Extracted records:
>>>>>
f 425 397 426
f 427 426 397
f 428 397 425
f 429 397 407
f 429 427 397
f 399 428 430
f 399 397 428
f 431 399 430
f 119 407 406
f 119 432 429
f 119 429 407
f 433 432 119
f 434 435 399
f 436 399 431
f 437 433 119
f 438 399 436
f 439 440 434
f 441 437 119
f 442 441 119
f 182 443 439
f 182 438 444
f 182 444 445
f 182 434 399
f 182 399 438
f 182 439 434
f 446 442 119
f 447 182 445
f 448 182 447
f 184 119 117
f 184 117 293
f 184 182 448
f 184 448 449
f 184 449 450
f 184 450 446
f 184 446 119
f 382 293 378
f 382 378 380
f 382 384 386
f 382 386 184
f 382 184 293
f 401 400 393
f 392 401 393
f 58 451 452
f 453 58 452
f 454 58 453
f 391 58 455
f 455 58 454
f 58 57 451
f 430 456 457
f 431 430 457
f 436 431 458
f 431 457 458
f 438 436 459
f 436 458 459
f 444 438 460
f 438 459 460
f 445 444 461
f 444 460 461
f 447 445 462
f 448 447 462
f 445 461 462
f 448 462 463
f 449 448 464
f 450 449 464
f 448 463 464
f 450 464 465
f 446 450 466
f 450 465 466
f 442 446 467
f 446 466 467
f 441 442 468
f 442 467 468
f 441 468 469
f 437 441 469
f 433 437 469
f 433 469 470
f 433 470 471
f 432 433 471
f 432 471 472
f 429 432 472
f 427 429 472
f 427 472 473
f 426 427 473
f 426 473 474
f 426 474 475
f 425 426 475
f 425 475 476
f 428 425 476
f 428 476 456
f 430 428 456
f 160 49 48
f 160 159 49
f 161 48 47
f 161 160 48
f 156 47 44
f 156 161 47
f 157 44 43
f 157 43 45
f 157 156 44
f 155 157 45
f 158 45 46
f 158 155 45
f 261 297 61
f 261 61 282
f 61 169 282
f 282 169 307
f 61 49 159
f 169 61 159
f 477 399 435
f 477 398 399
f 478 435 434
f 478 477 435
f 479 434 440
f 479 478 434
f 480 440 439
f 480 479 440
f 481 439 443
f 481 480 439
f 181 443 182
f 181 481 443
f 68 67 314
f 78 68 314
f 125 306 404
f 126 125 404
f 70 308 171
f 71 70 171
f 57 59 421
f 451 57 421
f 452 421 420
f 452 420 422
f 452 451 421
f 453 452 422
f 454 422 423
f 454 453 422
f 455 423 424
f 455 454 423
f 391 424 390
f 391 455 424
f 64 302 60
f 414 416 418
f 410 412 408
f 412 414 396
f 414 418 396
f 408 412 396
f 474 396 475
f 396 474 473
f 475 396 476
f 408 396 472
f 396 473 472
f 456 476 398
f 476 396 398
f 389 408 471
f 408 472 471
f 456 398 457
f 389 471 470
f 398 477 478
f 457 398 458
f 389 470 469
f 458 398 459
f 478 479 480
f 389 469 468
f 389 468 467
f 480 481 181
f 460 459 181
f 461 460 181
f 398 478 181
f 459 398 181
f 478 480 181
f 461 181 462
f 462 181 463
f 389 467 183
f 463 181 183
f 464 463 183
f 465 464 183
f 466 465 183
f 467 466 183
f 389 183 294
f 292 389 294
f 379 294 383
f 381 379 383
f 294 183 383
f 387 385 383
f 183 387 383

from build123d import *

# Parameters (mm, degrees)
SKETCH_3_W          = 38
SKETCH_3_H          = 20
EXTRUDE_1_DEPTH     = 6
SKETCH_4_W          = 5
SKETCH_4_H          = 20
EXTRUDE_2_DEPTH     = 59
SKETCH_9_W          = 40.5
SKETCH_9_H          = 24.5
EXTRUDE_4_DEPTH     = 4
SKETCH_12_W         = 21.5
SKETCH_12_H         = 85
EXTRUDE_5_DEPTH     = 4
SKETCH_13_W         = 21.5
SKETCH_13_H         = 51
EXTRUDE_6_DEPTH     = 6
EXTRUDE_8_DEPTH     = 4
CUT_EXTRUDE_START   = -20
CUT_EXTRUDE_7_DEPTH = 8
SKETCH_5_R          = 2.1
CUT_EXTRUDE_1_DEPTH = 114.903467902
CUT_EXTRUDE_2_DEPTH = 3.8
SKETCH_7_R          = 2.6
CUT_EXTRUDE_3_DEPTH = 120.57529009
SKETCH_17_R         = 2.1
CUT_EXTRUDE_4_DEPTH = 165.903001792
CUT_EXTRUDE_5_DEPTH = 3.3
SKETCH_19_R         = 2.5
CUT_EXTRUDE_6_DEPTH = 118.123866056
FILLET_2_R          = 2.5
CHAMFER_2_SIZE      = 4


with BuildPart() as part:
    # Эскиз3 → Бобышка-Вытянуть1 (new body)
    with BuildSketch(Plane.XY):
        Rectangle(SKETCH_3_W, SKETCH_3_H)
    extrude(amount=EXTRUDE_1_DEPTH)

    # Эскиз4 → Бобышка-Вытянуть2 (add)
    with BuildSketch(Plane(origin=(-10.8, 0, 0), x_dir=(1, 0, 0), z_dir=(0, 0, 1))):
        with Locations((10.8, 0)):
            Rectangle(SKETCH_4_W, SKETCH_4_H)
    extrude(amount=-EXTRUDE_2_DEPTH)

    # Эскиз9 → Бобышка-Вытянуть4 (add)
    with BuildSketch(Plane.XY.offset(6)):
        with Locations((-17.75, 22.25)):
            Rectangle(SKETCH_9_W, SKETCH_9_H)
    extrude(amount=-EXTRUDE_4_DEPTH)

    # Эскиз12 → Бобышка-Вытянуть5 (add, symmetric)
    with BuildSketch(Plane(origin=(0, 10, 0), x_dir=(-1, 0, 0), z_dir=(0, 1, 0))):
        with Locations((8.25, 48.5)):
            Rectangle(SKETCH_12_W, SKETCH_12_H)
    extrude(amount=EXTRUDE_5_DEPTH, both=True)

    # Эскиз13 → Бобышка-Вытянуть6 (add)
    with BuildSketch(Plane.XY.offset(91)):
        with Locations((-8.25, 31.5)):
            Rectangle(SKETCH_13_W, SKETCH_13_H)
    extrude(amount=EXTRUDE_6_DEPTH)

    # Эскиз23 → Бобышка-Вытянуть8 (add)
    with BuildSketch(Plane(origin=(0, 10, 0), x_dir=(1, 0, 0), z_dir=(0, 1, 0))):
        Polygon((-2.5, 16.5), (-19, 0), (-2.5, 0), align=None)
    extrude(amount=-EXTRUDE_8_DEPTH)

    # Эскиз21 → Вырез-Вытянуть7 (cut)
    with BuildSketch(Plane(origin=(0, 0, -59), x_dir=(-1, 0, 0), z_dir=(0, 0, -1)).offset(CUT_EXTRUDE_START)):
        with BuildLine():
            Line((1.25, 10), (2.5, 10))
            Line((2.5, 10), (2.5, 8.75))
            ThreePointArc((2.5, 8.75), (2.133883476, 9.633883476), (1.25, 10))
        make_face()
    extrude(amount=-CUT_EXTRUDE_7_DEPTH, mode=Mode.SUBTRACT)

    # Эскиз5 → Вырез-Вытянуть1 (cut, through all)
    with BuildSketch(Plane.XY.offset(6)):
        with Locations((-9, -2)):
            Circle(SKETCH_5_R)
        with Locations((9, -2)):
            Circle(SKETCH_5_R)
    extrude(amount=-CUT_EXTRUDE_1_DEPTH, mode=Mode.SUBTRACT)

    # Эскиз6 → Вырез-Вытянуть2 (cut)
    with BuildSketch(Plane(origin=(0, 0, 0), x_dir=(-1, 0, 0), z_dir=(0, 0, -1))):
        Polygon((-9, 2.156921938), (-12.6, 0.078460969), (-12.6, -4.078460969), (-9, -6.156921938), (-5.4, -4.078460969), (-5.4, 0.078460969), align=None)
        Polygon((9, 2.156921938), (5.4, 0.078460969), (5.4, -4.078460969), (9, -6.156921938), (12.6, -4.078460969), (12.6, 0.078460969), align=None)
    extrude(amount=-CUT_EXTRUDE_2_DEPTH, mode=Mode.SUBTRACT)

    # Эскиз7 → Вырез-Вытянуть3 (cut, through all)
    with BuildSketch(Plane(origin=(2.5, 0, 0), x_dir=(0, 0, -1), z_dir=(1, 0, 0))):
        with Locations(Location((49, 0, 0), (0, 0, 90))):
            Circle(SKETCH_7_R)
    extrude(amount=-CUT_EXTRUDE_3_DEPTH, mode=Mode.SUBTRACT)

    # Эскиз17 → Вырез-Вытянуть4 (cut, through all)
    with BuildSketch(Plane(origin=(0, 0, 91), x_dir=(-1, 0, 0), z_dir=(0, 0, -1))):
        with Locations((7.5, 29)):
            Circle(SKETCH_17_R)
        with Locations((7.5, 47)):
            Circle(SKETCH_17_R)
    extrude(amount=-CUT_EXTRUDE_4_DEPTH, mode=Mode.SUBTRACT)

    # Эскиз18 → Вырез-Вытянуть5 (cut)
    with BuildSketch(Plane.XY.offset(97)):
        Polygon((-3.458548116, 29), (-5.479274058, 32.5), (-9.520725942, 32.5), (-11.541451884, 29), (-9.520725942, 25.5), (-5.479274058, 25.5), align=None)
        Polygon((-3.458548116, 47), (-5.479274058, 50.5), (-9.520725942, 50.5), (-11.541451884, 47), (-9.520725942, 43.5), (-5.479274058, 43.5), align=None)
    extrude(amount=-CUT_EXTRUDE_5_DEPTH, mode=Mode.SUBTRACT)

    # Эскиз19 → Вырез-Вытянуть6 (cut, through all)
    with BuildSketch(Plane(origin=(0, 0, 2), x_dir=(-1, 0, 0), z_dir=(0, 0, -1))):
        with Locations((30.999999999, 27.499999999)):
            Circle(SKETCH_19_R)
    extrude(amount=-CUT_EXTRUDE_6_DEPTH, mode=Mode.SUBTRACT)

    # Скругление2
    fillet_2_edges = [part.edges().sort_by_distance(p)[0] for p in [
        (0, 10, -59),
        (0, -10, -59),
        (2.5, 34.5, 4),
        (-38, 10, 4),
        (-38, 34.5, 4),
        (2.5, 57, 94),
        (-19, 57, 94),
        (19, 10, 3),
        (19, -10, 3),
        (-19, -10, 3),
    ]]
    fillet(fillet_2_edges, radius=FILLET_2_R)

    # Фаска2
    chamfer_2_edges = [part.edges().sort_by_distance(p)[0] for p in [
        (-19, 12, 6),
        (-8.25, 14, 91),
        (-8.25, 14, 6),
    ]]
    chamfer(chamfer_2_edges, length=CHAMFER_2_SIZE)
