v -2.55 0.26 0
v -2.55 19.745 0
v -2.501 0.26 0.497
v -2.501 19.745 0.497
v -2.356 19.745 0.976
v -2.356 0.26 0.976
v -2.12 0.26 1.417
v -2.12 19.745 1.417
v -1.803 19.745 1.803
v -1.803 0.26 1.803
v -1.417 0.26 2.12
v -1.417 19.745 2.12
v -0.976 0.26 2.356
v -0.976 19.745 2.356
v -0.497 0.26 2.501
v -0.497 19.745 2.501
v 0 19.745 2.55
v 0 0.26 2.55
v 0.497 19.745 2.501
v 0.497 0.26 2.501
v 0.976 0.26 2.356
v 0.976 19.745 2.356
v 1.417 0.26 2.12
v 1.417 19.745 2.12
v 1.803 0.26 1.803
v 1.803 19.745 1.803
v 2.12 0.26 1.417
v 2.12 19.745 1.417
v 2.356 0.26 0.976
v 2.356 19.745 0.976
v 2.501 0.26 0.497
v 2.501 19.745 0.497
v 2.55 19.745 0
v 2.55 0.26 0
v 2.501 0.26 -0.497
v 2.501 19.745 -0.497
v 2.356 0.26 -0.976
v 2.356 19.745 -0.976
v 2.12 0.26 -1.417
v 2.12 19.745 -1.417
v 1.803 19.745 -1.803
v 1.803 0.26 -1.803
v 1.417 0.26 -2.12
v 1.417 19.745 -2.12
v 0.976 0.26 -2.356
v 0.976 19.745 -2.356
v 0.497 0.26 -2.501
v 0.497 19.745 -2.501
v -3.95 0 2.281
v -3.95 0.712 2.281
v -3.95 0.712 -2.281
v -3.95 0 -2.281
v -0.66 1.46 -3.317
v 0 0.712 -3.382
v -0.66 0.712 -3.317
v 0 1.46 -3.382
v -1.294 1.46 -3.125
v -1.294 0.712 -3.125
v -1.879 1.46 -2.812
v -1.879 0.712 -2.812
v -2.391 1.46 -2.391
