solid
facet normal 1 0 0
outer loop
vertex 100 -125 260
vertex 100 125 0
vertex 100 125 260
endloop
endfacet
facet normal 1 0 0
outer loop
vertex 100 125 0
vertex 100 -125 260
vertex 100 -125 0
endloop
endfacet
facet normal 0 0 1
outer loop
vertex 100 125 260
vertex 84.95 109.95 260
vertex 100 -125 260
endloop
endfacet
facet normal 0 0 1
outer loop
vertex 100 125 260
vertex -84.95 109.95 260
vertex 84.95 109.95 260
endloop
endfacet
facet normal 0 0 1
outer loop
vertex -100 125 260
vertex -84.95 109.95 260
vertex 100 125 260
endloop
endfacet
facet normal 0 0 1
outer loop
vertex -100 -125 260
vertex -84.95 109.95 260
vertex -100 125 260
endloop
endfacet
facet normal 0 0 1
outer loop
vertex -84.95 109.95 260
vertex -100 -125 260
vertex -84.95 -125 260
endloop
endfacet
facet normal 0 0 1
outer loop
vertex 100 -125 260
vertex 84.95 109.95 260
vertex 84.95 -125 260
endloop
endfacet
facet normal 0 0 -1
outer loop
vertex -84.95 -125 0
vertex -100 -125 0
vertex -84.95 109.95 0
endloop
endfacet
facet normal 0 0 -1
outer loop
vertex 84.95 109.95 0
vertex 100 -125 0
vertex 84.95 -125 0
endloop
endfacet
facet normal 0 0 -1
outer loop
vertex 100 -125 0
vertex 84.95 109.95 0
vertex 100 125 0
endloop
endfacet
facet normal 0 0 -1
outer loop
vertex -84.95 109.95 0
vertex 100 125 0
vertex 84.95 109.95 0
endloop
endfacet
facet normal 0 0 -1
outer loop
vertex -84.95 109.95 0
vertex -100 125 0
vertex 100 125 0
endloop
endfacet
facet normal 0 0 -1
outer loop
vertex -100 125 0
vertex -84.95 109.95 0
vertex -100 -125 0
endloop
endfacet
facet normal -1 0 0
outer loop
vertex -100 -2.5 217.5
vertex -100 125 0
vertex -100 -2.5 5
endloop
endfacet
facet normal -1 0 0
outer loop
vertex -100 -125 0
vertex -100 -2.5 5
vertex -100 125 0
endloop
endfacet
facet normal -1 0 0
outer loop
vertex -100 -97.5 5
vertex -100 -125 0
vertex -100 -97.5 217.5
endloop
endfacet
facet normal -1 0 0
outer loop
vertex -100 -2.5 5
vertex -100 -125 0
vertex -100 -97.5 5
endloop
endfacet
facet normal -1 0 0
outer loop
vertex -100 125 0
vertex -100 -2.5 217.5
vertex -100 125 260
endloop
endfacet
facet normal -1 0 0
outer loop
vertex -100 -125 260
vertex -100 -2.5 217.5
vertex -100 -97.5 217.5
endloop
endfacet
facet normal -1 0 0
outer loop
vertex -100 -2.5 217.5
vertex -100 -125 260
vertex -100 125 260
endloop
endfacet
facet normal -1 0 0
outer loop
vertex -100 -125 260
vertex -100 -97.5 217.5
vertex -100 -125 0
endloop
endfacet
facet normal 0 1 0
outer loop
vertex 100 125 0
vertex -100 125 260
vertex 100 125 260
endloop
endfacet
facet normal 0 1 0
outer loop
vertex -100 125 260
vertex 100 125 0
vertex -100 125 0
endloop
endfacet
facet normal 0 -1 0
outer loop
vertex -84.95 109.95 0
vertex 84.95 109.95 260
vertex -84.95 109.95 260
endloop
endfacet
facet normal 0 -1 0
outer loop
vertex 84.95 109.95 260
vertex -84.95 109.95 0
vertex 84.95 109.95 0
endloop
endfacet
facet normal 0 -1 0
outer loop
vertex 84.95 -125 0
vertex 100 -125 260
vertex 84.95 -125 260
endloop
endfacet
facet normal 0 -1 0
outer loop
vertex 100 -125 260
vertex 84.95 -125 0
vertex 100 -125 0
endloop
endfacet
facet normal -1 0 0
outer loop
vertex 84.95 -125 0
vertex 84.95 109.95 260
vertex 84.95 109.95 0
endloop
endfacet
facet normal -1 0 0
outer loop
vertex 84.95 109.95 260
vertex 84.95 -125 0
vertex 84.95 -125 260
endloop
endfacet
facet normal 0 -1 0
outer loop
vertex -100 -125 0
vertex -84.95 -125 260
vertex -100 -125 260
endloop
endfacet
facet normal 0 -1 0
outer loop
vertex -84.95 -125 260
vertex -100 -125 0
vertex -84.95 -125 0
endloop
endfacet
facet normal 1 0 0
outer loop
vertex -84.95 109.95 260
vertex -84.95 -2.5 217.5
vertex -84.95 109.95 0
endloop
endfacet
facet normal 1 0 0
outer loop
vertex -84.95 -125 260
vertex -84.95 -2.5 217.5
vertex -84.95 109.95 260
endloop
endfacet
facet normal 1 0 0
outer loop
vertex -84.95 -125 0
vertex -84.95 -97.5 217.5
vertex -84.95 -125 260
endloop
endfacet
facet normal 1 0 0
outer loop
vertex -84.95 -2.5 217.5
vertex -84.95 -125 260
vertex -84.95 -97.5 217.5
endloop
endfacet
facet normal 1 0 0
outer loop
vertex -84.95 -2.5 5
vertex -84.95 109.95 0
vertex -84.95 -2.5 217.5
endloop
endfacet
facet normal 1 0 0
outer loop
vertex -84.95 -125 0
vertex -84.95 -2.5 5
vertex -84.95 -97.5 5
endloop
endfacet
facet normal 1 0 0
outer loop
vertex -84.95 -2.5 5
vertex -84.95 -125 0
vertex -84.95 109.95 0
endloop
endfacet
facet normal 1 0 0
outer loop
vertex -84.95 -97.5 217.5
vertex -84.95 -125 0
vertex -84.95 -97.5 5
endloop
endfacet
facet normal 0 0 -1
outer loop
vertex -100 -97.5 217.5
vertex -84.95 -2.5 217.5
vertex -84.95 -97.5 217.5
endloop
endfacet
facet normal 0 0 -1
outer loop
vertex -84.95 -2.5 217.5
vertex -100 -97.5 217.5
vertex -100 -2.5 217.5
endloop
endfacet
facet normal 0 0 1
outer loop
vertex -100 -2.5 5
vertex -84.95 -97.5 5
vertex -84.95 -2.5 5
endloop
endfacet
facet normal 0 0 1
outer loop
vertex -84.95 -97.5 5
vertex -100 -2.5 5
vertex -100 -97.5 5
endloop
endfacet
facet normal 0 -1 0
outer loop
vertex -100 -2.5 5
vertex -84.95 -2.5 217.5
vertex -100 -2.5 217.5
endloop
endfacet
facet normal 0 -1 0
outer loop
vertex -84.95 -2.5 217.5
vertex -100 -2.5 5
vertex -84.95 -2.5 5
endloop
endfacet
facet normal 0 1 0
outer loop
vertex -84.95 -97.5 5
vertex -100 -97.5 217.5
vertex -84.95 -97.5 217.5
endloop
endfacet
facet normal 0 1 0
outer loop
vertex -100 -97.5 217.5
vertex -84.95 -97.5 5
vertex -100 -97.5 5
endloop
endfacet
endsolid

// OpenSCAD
module kitchenwalls(width=250, length=200, wall_thickness=15, wall_height=260,wall_color=[255/255, 255/255, 255/255],wall_alpha=1.0, paint_the_room = [0.9, 0.3,0.9])
{
    // Door opening size. Then we need some extra space for the door frame.
    door_width = 90+5;
    door_height = 210+2.5;
    
    // Position the door so that bottom of opening is 5 cm above floor level
    door_y_pos = (wall_height-door_height)/2 - 5;
        
    // Position the door horizontally off the center.
    door_x_pos = -width/5;
    side_door_x_pos = -width/10;
    
    // Rise the part of floor which should stay dry by 2.5 cm.
    rise_floor = 2.5;
    rised_width = width/2;
    
    // Rise walk in floor more to allow sitting to toilet seat with dry feet by 2.0 cm for 100 cm
    double_rise_floor = 2.0;
    double_rised_length = 100;
    
    // Hole size, 8 cm
    hole_size = 8;

    /* difference() {
        union() {
            translate([0,-width/2+wall_thickness/2, wall_height/2]) 
            color(wall_color,wall_alpha) 
            cube([length, wall_thickness, wall_height],center=true);
            
            translate([0,-width/2+wall_thickness, wall_height/2]) 
            color(paint_the_room,wall_alpha) 
            cube([length, 0.1, wall_height],center=true);
        }
    
        // Door 
            color(wall_color,wall_alpha) 
            translate([side_door_x_pos,-width/2+wall_thickness/2, wall_height/2-door_y_pos]) cube([door_width, wall_thickness+1, door_height],center=true);
    } */

    difference() {
        union() {
            translate([0,width/2-wall_thickness/2, wall_height/2]) color(wall_color,wall_alpha) cube([length,  wall_thickness, wall_height],center=true);
            translate([0,width/2-wall_thickness, wall_height/2]) color(paint_the_room,wall_alpha) cube([length,  0.1, wall_height],center=true);
        }
    }
    
    difference() {
        union() {
            translate([length/2-wall_thickness/2, 0, wall_height/2]) color(wall_color,wall_alpha) cube([wall_thickness, width, wall_height],center=true);
            translate([length/2-wall_thickness, 0, wall_height/2]) color(paint_the_room,wall_alpha) cube([0.1, width, wall_height],center=true);
        }
    }     

    difference() {
        union() {
            translate([-length/2+wall_thickness/2, 0, wall_height/2]) color(wall_color,wall_alpha) cube([wall_thickness, width, wall_height],center=true);
            translate([-length/2+wall_thickness, 0, wall_height/2])  color(paint_the_room,wall_alpha) cube([0.1, width, wall_height],center=true);
        }

        // Door
        translate([-length/2+wall_thickness/2, door_x_pos, wall_height/2-door_y_pos])
            color(wall_color,wall_alpha)
            cube([wall_thickness+1, door_width, door_height],center=true);
    }
}

// For testing
kitchenwalls();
<<<<<
What is required:
Find the count of lines in the data above where the word "Polygon" occurs, and write down only that count.

Solution for this task:
5